Variation: Async Iterator for Streams

// iterator/AsyncStreamIterator.ts
interface AsyncIterator<T> {
  next(): Promise<T | null>;
  hasNext(): boolean;
}

class DatabaseQueryIterator implements AsyncIterator<Record<string, unknown>> {
  private currentPage: Record<string, unknown>[] = [];
  private pageIndex = 0;
  private offset = 0;
  private hasMore = true;

  constructor(
    private query: string,
    private pageSize: number = 100,
    private db: { query: (sql: string, params: unknown[]) => Promise<Record<string, unknown>[]> }
  ) {}

  async next(): Promise<Record<string, unknown> | null> {
    if (this.pageIndex >= this.currentPage.length) {
      if (!this.hasMore) return null;
      await this.loadNextPage();
    }

    if (this.pageIndex >= this.currentPage.length) return null;
    return this.currentPage[this.pageIndex++];
  }

  hasNext(): boolean {
    return this.hasMore || this.pageIndex < this.currentPage.length;
  }

  private async loadNextPage(): Promise<void> {
    this.currentPage = await this.db.query(
      `${this.query} LIMIT ${this.pageSize} OFFSET ${this.offset}`,
      []
    );
    this.offset += this.pageSize;
    this.pageIndex = 0;
    this.hasMore = this.currentPage.length === this.pageSize;
  }
}

How It Works

1. Iterator declares the interface for traversal with next(), hasNext(), and reset()
2. Concrete Iterator implements traversal logic for a specific collection structure
3. Aggregate declares the factory method for creating iterators
4. Concrete Aggregate returns a new iterator instance configured for its structure

Production Considerations

• Implement Symbol.iterator for native for...of loop support in TypeScript
• Use generators (function*) for concise iterator implementation
• Consider async iterators for paginated APIs and streaming data

Common Mistakes

• Exposing the internal collection index, allowing clients to modify it
• Not handling concurrent modification during iteration
• Implementing only one traversal when multiple are needed

FAQ

Q: How is this different from a simple for loop?
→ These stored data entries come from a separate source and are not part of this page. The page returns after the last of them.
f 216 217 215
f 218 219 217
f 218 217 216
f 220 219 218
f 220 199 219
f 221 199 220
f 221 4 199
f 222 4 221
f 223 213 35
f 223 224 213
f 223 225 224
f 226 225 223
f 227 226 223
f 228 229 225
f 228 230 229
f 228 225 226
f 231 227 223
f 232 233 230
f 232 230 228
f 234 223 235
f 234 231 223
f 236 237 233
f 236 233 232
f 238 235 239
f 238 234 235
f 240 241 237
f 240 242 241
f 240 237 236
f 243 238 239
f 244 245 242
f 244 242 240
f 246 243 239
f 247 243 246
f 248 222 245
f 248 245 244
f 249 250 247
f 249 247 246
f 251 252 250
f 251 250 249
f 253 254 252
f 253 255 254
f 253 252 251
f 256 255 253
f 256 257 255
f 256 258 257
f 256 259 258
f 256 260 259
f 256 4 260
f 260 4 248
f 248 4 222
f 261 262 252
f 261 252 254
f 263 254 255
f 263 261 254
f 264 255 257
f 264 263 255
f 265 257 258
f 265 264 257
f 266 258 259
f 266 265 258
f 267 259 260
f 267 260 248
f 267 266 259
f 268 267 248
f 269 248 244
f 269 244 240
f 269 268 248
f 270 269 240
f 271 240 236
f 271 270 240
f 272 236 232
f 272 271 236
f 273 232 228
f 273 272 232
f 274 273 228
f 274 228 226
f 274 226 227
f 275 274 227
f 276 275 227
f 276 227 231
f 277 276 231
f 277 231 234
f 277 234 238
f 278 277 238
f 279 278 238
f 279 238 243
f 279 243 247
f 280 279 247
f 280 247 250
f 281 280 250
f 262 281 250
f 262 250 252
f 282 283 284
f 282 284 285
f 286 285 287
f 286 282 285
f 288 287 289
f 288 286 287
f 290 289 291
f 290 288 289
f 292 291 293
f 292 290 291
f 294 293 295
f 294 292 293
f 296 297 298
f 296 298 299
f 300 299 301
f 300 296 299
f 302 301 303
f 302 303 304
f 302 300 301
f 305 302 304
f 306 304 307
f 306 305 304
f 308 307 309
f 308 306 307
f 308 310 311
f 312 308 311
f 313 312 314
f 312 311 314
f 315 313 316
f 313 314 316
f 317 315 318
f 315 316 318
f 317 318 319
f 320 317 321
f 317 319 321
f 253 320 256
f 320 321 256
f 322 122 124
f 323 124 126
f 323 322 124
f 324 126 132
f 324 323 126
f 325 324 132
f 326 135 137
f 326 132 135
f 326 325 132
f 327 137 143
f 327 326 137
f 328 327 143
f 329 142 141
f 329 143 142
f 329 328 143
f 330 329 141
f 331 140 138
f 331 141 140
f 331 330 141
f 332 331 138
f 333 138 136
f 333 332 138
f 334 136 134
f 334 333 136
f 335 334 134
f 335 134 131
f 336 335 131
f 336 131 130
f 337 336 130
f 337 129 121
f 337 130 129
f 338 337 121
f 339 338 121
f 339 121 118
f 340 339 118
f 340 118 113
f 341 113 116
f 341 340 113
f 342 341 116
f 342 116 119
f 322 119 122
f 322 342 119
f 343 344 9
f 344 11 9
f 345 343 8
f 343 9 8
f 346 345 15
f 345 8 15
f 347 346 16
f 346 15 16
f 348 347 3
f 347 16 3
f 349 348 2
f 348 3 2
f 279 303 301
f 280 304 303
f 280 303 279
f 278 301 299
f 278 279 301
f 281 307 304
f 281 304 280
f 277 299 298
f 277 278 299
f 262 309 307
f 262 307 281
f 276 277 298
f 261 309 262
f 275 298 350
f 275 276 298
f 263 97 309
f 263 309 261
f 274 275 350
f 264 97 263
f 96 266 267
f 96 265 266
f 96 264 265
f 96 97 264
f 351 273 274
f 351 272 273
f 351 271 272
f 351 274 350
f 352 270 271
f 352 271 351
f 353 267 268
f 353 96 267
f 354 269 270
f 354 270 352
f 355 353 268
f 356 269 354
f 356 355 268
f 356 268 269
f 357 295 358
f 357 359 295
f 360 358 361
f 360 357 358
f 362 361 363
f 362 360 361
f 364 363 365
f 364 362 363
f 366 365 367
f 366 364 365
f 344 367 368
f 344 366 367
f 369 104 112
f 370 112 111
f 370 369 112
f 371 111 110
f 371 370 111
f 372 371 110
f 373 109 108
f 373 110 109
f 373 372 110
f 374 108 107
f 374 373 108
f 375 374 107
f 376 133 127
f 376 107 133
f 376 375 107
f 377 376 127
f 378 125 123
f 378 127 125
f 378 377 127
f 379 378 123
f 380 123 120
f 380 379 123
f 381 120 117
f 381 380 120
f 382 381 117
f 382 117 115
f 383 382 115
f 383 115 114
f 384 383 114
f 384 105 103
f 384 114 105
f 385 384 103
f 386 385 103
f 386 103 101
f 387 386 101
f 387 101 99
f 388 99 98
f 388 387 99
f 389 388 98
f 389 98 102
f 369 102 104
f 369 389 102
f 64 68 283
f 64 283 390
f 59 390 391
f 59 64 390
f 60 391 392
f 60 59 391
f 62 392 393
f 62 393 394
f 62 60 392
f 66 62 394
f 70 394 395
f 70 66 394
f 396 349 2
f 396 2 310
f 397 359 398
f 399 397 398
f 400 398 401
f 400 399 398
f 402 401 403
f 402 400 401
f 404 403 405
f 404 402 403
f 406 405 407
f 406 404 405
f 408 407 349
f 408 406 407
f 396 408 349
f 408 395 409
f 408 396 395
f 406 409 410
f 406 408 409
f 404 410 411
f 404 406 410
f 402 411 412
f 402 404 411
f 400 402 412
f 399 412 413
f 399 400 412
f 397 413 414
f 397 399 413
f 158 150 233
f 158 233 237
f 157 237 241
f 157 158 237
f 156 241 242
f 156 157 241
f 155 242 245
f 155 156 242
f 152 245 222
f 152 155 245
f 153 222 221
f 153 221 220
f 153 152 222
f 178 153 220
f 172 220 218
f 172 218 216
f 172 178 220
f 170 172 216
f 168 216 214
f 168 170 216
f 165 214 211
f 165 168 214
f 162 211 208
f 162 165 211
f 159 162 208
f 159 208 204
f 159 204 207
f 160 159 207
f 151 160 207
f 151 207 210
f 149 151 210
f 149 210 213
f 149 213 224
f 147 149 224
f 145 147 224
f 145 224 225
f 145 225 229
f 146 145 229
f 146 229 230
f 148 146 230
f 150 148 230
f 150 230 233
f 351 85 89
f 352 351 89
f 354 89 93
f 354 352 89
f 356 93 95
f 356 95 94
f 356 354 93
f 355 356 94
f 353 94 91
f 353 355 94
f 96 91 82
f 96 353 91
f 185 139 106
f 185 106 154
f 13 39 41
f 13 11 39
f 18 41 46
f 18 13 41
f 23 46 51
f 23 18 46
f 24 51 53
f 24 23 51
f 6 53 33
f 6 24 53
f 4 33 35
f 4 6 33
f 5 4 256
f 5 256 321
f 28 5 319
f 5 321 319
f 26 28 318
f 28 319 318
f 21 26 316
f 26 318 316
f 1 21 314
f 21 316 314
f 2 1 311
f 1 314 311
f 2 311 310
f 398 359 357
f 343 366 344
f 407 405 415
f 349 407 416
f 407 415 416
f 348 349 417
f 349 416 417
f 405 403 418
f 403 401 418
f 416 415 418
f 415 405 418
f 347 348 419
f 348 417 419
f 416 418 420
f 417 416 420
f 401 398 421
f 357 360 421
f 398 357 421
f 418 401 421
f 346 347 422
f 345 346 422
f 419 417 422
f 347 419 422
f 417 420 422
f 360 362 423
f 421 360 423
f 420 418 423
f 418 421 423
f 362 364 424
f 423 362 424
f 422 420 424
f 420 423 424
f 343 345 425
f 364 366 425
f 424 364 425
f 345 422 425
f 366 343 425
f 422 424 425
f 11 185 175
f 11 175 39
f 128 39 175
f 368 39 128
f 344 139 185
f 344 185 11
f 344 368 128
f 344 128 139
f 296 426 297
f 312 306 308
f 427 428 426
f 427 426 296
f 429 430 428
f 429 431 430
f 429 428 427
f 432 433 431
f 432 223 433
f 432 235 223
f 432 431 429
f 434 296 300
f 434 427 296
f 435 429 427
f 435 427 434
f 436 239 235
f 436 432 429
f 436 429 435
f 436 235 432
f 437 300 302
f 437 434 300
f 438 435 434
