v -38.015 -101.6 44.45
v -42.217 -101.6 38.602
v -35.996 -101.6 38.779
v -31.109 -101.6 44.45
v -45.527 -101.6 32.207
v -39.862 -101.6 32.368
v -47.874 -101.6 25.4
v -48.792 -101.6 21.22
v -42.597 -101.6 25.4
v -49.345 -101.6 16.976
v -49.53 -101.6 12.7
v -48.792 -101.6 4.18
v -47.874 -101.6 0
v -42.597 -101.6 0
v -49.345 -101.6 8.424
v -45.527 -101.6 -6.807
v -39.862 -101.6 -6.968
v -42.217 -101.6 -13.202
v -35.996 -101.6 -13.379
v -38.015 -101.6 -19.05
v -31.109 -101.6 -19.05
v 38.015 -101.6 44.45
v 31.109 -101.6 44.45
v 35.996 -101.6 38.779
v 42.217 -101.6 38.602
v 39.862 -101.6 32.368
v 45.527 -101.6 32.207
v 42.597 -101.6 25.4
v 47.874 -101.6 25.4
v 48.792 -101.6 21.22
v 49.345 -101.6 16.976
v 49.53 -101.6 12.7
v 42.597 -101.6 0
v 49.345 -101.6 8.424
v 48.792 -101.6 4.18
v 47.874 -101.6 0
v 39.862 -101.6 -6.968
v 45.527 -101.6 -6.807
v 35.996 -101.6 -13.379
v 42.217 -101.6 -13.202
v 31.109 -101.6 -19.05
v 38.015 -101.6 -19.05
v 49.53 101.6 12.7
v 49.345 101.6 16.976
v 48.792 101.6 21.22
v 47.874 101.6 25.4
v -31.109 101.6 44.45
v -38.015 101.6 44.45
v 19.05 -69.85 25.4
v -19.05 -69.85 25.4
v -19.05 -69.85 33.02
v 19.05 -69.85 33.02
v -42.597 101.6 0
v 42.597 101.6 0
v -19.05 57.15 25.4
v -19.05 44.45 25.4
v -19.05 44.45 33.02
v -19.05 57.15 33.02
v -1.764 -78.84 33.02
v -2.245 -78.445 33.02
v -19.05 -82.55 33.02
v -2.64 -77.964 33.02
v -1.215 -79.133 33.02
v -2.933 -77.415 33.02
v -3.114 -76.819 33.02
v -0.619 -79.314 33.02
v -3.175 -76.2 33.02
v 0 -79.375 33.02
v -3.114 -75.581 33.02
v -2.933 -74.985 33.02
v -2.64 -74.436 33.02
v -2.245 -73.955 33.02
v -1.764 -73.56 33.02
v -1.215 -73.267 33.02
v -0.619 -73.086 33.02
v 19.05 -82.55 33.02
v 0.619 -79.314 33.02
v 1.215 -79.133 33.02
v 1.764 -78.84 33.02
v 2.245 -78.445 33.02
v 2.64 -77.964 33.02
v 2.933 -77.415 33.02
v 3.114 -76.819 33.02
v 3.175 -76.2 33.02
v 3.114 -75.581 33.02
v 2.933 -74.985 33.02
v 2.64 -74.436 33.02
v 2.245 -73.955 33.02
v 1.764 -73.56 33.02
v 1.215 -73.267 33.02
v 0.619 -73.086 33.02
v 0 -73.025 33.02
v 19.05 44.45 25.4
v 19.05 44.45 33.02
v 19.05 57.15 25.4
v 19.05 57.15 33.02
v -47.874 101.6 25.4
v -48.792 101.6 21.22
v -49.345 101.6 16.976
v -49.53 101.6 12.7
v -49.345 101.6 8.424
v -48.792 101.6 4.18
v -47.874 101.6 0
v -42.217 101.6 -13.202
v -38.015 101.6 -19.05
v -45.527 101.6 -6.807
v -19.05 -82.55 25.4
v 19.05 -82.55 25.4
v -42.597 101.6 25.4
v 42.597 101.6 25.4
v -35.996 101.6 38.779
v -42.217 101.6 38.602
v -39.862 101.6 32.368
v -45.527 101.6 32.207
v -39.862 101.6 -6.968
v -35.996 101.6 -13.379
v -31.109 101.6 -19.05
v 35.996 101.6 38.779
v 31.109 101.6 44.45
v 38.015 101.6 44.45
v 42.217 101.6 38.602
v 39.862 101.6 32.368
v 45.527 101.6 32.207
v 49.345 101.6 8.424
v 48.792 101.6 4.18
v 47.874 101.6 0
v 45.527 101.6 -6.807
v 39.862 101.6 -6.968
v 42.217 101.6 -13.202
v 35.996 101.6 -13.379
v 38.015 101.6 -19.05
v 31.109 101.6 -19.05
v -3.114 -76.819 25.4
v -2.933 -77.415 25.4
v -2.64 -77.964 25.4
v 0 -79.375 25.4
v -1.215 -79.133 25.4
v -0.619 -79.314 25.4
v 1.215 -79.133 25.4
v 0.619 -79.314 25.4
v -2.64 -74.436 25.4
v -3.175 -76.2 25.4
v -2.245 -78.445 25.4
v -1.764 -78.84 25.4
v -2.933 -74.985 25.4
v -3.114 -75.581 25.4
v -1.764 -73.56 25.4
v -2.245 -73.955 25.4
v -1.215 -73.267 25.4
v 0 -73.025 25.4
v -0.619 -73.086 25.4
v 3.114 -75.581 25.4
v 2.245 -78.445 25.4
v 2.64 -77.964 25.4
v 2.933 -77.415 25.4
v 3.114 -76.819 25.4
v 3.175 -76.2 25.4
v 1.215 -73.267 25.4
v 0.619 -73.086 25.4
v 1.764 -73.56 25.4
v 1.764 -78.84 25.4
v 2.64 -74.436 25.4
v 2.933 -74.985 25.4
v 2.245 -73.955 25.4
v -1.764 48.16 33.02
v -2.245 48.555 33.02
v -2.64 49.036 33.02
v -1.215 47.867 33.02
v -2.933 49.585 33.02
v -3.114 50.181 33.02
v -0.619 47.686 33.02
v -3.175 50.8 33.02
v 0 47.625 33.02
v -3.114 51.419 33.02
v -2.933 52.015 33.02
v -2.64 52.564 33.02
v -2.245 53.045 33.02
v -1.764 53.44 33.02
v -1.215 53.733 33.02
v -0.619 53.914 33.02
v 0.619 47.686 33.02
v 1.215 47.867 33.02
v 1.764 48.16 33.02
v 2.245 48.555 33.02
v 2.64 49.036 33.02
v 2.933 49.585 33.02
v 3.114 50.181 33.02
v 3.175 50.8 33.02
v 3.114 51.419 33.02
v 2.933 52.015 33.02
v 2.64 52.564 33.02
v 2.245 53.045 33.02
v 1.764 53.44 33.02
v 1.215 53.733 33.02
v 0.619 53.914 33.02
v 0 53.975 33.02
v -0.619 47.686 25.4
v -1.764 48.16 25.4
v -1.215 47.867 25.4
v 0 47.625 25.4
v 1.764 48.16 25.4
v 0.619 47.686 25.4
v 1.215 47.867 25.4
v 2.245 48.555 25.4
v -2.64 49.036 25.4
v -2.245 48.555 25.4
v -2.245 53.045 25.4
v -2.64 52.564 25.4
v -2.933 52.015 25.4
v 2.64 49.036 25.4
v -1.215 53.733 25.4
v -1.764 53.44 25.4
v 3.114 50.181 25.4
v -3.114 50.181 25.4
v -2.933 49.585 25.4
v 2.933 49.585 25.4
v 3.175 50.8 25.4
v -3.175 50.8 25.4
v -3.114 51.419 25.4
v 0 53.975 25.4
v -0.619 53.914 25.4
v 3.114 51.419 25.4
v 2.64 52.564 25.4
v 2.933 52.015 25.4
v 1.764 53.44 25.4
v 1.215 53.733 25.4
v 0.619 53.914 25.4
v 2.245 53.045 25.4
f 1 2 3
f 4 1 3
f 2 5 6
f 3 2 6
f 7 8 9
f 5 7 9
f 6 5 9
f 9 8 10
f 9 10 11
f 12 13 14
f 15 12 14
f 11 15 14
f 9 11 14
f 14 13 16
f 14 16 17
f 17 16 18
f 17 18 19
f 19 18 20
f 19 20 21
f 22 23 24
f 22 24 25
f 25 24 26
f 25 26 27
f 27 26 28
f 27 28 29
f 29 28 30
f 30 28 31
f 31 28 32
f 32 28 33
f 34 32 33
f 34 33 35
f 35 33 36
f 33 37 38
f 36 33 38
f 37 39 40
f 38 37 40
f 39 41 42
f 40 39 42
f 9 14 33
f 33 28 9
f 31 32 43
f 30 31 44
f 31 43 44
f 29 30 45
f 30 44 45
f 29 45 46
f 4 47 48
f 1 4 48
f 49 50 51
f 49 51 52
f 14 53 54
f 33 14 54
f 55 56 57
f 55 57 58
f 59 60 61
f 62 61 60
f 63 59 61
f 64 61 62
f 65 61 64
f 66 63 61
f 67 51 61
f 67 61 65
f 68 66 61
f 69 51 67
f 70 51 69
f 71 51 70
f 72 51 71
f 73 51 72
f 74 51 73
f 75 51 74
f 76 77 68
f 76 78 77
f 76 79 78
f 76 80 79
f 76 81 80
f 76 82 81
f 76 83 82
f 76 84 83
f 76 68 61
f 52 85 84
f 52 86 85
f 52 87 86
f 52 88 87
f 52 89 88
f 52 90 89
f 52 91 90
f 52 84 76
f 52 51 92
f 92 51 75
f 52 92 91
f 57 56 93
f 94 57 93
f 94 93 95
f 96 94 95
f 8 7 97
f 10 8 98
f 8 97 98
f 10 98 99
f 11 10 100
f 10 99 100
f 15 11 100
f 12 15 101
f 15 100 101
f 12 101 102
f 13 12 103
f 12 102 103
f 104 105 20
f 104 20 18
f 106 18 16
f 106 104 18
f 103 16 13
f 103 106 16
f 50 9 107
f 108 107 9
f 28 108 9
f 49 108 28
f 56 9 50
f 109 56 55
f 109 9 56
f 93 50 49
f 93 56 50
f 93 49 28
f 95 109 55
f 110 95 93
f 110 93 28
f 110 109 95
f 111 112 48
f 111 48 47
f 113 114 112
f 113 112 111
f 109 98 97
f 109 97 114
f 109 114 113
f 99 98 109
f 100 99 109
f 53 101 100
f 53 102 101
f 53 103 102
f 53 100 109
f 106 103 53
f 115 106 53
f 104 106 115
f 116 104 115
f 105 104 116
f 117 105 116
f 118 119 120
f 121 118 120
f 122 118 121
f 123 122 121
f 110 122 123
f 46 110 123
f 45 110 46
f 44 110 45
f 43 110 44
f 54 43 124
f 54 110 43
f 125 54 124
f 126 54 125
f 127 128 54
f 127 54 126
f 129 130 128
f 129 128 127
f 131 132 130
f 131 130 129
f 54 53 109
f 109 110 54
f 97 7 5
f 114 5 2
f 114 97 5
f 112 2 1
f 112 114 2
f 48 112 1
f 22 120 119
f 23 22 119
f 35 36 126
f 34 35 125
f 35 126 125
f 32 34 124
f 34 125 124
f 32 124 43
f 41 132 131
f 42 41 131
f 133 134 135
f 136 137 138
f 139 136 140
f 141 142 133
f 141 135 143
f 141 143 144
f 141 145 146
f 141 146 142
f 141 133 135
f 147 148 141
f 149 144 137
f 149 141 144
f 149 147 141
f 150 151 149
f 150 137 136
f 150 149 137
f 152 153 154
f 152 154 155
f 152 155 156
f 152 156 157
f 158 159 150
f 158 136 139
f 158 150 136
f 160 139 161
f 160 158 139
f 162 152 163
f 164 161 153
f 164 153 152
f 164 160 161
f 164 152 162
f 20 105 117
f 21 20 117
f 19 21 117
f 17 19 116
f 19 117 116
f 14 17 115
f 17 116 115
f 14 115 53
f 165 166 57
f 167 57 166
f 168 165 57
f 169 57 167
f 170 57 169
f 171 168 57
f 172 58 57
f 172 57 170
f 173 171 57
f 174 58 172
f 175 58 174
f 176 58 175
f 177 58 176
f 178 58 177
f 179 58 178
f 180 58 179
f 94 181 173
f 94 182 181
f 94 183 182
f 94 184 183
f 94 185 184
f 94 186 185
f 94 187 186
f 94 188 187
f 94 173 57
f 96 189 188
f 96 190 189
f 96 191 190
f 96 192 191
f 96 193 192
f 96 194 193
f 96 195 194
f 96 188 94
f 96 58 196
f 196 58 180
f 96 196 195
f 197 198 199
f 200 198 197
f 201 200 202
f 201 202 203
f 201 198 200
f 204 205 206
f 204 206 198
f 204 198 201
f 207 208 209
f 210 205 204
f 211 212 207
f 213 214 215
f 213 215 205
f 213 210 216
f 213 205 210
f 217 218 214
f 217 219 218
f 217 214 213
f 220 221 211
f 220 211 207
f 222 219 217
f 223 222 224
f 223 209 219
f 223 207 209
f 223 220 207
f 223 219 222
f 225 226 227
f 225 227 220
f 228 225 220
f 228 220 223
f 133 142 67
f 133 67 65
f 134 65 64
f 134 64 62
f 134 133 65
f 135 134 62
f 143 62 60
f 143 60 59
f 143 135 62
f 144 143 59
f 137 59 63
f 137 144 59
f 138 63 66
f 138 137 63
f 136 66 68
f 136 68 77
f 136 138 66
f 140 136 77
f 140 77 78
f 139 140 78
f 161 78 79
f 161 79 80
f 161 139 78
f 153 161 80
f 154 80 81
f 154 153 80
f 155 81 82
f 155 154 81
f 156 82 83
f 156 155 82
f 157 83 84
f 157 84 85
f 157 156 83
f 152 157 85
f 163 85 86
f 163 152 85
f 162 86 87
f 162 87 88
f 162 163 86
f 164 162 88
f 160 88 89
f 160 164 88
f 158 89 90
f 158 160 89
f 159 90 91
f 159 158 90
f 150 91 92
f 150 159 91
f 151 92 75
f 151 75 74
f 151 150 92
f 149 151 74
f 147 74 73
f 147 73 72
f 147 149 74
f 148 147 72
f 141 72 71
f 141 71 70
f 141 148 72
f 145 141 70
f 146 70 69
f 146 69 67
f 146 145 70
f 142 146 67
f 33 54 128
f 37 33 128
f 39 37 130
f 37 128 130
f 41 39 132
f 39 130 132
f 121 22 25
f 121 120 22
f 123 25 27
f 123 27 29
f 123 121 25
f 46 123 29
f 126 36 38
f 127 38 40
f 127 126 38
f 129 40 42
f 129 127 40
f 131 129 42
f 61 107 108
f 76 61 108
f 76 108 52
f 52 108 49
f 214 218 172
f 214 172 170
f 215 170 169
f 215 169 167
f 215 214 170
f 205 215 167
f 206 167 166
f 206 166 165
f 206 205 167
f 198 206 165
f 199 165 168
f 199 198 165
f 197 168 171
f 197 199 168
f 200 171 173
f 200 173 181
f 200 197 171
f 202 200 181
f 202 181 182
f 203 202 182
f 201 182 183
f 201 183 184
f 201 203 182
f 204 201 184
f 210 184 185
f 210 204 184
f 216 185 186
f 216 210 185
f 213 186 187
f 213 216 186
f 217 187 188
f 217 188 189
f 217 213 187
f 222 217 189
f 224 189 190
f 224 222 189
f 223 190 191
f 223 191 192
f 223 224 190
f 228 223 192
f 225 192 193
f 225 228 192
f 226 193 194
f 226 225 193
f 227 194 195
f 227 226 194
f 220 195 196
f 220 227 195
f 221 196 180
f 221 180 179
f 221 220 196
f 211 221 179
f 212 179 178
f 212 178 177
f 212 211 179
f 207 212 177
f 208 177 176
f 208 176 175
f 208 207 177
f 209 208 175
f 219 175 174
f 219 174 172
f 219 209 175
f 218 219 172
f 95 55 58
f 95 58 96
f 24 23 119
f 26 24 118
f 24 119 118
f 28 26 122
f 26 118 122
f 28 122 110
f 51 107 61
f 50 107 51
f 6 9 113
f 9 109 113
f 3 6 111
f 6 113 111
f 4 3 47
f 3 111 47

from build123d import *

# Parameters (mm, degrees)
SKETCH1_W           = 99.06
SKETCH1_H           = 203.2
BOSS_EXTRUDE1_DEPTH = 25.4
SKETCH2_R           = 49.53
SKETCH2_R_2         = 44.45
BOSS_EXTRUDE2_DEPTH = 203.2
CUT_EXTRUDE1_DEPTH  = 219.2109846
SKETCH6_W           = 38.1
SKETCH6_H           = 12.7
SKETCH6_R           = 3.175
BOSS_EXTRUDE3_DEPTH = 7.62


with BuildPart() as part:
    # Sketch1 → Boss-Extrude1 (new body)
    with BuildSketch(Plane.XY):
        Rectangle(SKETCH1_W, SKETCH1_H)
    extrude(amount=BOSS_EXTRUDE1_DEPTH)

    # Sketch2 → Boss-Extrude2 (add, through all)
    with BuildSketch(Plane(origin=(0, 101.6, 0), x_dir=(1, 0, 0), z_dir=(0, 1, 0))):
        with Locations((0, -12.7)):
            Circle(SKETCH2_R)
        with Locations((0, -12.7)):
            Circle(SKETCH2_R_2, mode=Mode.SUBTRACT)
    extrude(amount=-BOSS_EXTRUDE2_DEPTH)

    # Sketch3 → Cut-Extrude1 (cut, through all)
    with BuildSketch(Plane(origin=(0, 101.6, 0), x_dir=(1, 0, 0), z_dir=(0, 1, 0))):
        with BuildLine():
            Line((-38.01523905, 19.05), (-47.519048812, 19.05))
            ThreePointArc((-47.519048812, 19.05), (-57.15, -12.7), (-47.519048812, -44.45))
            Line((-47.519048812, -44.45), (-38.01523905, -44.45))
            ThreePointArc((-38.01523905, -44.45), (-43.988304304, -35.465104533), (-47.874115135, -25.4))
            Line((-47.874115135, -25.4), (-49.53, -25.4))
            Line((-49.53, -25.4), (-49.53, -12.7))
            Line((-49.53, -12.7), (-49.53, 0))
            Line((-49.53, 0), (-47.874115135, 0))
            ThreePointArc((-47.874115135, 0), (-43.988304304, 10.065104533), (-38.01523905, 19.05))
        make_face()
        with BuildLine():
            Line((47.519048812, 19.05), (38.01523905, 19.05))
            ThreePointArc((38.01523905, 19.05), (43.988304304, 10.065104533), (47.874115135, 0))
            Line((47.874115135, 0), (49.53, 0))
            Line((49.53, 0), (49.53, -12.7))
            Line((49.53, -12.7), (49.53, -25.4))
A: Iterator separates traversal from the collection, allowing multiple algorithms and hiding internal structure. A for loop exposes indices and array details.

Q: Can I use this with built-in JavaScript iterators? A: Yes. Implement [Symbol.iterator] and use generators to integrate with for...of, spread syntax, and destructuring.

Q: When should I use async iterators? A: For paginated database queries, streaming file reads, or any collection where elements arrive asynchronously.